Like any other major surgery obesity surgery is associated with risks and complications. However, the risk to life and the disability of obesity makes these risks acceptable.
The risks can be broken down into the following categories:
Anaesthesia Risks: All obesity operations are down under a full general anaesthetic. This is very safe with a risk of death from anaesthesia of about 1 in 40,000 people. Your anaesthetist will assess you thoroughly prior to the procedure.
General Risks: These include
- Chest infection
- Urine infection
- Deep venous thrombosis and pulmonary embolism (blood clots)
- Wound infection
- Hernia formation at wound sites
Risk of bleeding: Bleeding can occur from the staple line of the stomach, divided vessels or injury to organs such as the spleen or the liver. These are rare and can be managed laparoscopically most of the time. Rarely patients need to have blood transfusion or the operation need to be converted to open surgery.
Risk of Death: People have died from having obesity surgery. This is rare occurring in about 1 in 1000. Death can occur as a result of heart attacks, clots in the leg veins moving to the lungs, and leaks. You will be fitted with a compression stockings and receive blood thinning injections throughout your stay in hospital as well as calf compression device during the surgery. These measures together with early mobilizing and walking after operation reduce the risks of clotting.
Specific Risks:These are risks specific to each type of operation. Some of these risks include the following:
- Staple line leak: Whenever the stomach is divided or a joint is made there is a small risk of leak of stomach or intestinal fluid. This is rare occurring about 1% of the time but it can be serious leading to abscess formation or peritonitis and require reintervention or corrective surgery with a prolonged hospital stay.

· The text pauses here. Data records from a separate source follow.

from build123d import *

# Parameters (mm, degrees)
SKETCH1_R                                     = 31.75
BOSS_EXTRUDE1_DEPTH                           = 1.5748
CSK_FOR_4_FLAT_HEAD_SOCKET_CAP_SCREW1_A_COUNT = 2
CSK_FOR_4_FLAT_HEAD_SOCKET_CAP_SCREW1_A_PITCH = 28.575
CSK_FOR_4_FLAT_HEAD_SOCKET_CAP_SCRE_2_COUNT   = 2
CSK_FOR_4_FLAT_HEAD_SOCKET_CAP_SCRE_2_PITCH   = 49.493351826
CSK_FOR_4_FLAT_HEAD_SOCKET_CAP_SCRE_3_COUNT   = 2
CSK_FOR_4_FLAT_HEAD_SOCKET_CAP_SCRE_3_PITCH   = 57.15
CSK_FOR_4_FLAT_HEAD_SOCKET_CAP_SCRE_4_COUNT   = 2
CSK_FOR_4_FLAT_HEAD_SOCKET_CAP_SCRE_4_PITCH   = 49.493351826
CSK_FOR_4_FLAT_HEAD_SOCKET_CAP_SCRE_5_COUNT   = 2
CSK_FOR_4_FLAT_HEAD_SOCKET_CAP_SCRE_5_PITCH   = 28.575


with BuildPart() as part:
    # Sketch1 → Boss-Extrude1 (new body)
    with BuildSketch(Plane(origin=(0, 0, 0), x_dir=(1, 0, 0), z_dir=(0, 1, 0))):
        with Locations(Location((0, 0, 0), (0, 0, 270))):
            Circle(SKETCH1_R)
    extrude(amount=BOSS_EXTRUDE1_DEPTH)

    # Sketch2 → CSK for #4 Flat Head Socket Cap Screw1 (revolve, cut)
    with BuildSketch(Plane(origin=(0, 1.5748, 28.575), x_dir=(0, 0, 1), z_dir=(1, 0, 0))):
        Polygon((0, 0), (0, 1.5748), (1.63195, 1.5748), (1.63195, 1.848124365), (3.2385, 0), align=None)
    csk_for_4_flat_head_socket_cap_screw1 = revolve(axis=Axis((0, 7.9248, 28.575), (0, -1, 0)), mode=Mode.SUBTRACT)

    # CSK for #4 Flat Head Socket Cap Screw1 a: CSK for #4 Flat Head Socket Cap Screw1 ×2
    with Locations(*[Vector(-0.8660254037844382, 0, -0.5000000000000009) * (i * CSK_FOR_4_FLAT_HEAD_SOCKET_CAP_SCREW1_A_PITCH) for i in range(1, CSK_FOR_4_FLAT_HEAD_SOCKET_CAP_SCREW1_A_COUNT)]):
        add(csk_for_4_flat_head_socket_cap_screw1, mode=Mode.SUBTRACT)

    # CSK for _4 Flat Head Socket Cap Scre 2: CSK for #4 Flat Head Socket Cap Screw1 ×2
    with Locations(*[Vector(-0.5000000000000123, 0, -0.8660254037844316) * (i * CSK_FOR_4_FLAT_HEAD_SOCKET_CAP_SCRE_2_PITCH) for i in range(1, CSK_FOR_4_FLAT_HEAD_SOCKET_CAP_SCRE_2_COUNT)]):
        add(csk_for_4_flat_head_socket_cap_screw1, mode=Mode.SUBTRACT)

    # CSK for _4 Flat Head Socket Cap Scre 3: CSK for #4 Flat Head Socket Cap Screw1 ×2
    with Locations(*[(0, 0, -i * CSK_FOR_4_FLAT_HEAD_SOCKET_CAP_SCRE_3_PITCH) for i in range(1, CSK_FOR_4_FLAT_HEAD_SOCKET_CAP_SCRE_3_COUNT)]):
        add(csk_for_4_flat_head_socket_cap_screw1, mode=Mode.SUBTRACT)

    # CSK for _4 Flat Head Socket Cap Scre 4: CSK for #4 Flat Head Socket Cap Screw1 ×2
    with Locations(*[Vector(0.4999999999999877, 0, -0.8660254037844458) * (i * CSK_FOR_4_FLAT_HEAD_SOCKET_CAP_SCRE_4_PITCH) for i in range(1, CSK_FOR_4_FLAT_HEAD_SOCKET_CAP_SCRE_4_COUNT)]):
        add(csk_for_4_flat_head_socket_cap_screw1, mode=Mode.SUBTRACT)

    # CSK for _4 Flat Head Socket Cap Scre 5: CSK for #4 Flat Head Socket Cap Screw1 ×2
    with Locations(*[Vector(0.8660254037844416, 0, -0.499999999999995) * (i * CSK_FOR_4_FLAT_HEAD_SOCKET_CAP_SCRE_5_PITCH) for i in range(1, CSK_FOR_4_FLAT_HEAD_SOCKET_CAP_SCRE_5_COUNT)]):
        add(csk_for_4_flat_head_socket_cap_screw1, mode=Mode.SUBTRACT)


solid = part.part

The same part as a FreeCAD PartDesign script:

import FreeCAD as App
import Part
import Sketcher

V = App.Vector
Q = App.Units.Quantity

doc = App.newDocument("Part")
body = doc.addObject("PartDesign::Body", "Body")

sketch1 = body.newObject("Sketcher::SketchObject", "Sketch")
sketch1.AttachmentSupport = (doc.getObject("XZ_Plane"), [""])
sketch1.MapMode = "FlatFace"
sketch1.addGeometry(Part.Circle(V(0, 0, 0), V(0, 0, 1), 32), False)
sketch1.addConstraint([
    Sketcher.Constraint("Coincident", 0, 3, -1, 1),
    Sketcher.Constraint("Diameter", 0, Q("2.5 in")),
])
pad1 = body.newObject("PartDesign::Pad", "Pad")
pad1.Profile = sketch1
pad1.Length = Q("0.062 in")
pad1.Reversed = True

sketch2 = body.newObject("Sketcher::SketchObject", "Sketch001")
sketch2.AttachmentSupport = (doc.getObject("YZ_Plane"), [""])
sketch2.MapMode = "FlatFace"
sketch2.addGeometry([
    Part.LineSegment(V(0, 28.57, 0), V(1.57, 28.57, 0)),
    Part.LineSegment(V(1.57, 28.57, 0), V(1.57, 31.81, 0)),
    Part.LineSegment(V(1.57, 31.81, 0), V(-0.27, 30.21, 0)),
    Part.LineSegment(V(-0.27, 30.21, 0), V(0, 30.21, 0)),
    Part.LineSegment(V(0, 30.21, 0), V(0, 28.57, 0)),
], False)
sketch2.addGeometry(Part.LineSegment(V(1.57, 28.57, 0), V(-0.27, 28.57, 0)), True)
sketch2.addConstraint([
    Sketcher.Constraint("Coincident", 0, 2, 1, 1),
    Sketcher.Constraint("Coincident", 1, 2, 2, 1),
    Sketcher.Constraint("Coincident", 2, 2, 3, 1),
    Sketcher.Constraint("Coincident", 3, 2, 4, 1),
    Sketcher.Constraint("Coincident", 4, 2, 0, 1),
    Sketcher.Constraint("Horizontal", 0),
    Sketcher.Constraint("Vertical", 1),
    Sketcher.Constraint("Horizontal", 3),
    Sketcher.Constraint("Vertical", 4),
    Sketcher.Constraint("Horizontal", 5),
    Sketcher.Constraint("Coincident", 5, 1, 0, 2),
    Sketcher.Constraint("PointOnObject", 3, 2, -2),
    Sketcher.Constraint("Vertical", 2, 2, 5, 2),
    Sketcher.Constraint("Angle", 2, Q("-139 deg")),
    Sketcher.Constraint("DistanceX", 0, 1, 0, 2, Q("0.062 in")),
    Sketcher.Constraint("DistanceY", 1, 1, 1, 2, Q("0.1275 in")),
    Sketcher.Constraint("DistanceY", -1, 1, 0, 2, Q("1.125 in")),
    Sketcher.Constraint("DistanceY", 4, 2, 4, 1, Q("1.63195 mm")),
])
groove = body.newObject("PartDesign::Groove", "Groove")
groove.Profile = sketch2
groove.ReferenceAxis = (sketch2, ["Axis0"])
groove.Angle = 360
doc.recompute()

datumline = body.newObject("PartDesign::Line", "DatumLine")
datumline.Placement = App.Placement(V(0, 0, 0), App.Rotation(V(0, 0, 1), V(-0.866025404, 0, -0.5)))
linearpattern = body.newObject("PartDesign::LinearPattern", "LinearPattern")
linearpattern.Originals = [groove]
linearpattern.Direction = (datumline, [""])
linearpattern.Mode = "offset"
linearpattern.Offset = Q("1.125 in")
linearpattern.Occurrences = 2
body.Tip = linearpattern
doc.recompute()

datumline2 = body.newObject("PartDesign::Line", "DatumLine001")
datumline2.Placement = App.Placement(V(0, 0, 0), App.Rotation(V(0, 0, 1), V(-0.5, 0, -0.866025404)))
linearpattern2 = body.newObject("PartDesign::LinearPattern", "LinearPattern001")
linearpattern2.Originals = [groove]
linearpattern2.Direction = (datumline2, [""])
linearpattern2.Mode = "offset"
linearpattern2.Offset = 49.493352
linearpattern2.Occurrences = 2
body.Tip = linearpattern2
doc.recompute()

linearpattern3 = body.newObject("PartDesign::LinearPattern", "LinearPattern002")
linearpattern3.Originals = [groove]
linearpattern3.Direction = (doc.getObject("Z_Axis"), [""])
linearpattern3.Mode = "offset"
linearpattern3.Offset = Q("2.25 in")
linearpattern3.Occurrences = 2
linearpattern3.Reversed = True
body.Tip = linearpattern3
doc.recompute()

datumline3 = body.newObject("PartDesign::Line", "DatumLine002")
datumline3.Placement = App.Placement(V(0, 0, 0), App.Rotation(V(0, 0, 1), V(0.5, 0, -0.866025404)))
linearpattern4 = body.newObject("PartDesign::LinearPattern", "LinearPattern003")
linearpattern4.Originals = [groove]
linearpattern4.Direction = (datumline3, [""])
linearpattern4.Mode = "offset"
linearpattern4.Offset = 49.493352
linearpattern4.Occurrences = 2
body.Tip = linearpattern4
doc.recompute()

datumline4 = body.newObject("PartDesign::Line", "DatumLine003")
datumline4.Placement = App.Placement(V(0, 0, 0), App.Rotation(V(0, 0, 1), V(0.866025404, 0, -0.5)))
linearpattern5 = body.newObject("PartDesign::LinearPattern", "LinearPattern004")
linearpattern5.Originals = [groove]
linearpattern5.Direction = (datumline4, [""])
linearpattern5.Mode = "offset"
linearpattern5.Offset = Q("1.125 in")
linearpattern5.Occurrences = 2
body.Tip = linearpattern5

doc.recompute()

- Gastro-Oesophageal Reflux Disease (GORD): Some patients with gastric bands and sleeve gastrectomy develop acid reflux causing heartburn. The often happens in patients with a pre-existing hiatus hernia. As part of your operation any hiatus hernia will be fixed at the original surgery to reduce the chance for this complication.
- Gastric band erosion, slippage and obstruction.
- Gallstone formation: The rapid weight loss can lead to the formation of stones in the gallbladder. This make require surgery for the removal of the gallbladder.
- Hair Loss: As a result of rapid weight loss, it is not uncommon to notice some thinning of your hair. This is temporary and stops when the weight loss slows down and hair will regrow back again.
- Loose skin: After losing the excess weight some patients are left with excess skin. Some patients need surgery to remove the excess skin. This is best delayed for two years to allow for the excess skin to shrink by itself.
- Food intolerance: This is most marked with gastric banding as discussed before. Patients with gastric bypass can develop dumping syndromes from rapid emptying of stomach into the intestine. This results in feeling tired, flushed and sweaty after having meals rich in carbohydrates and simple sugars.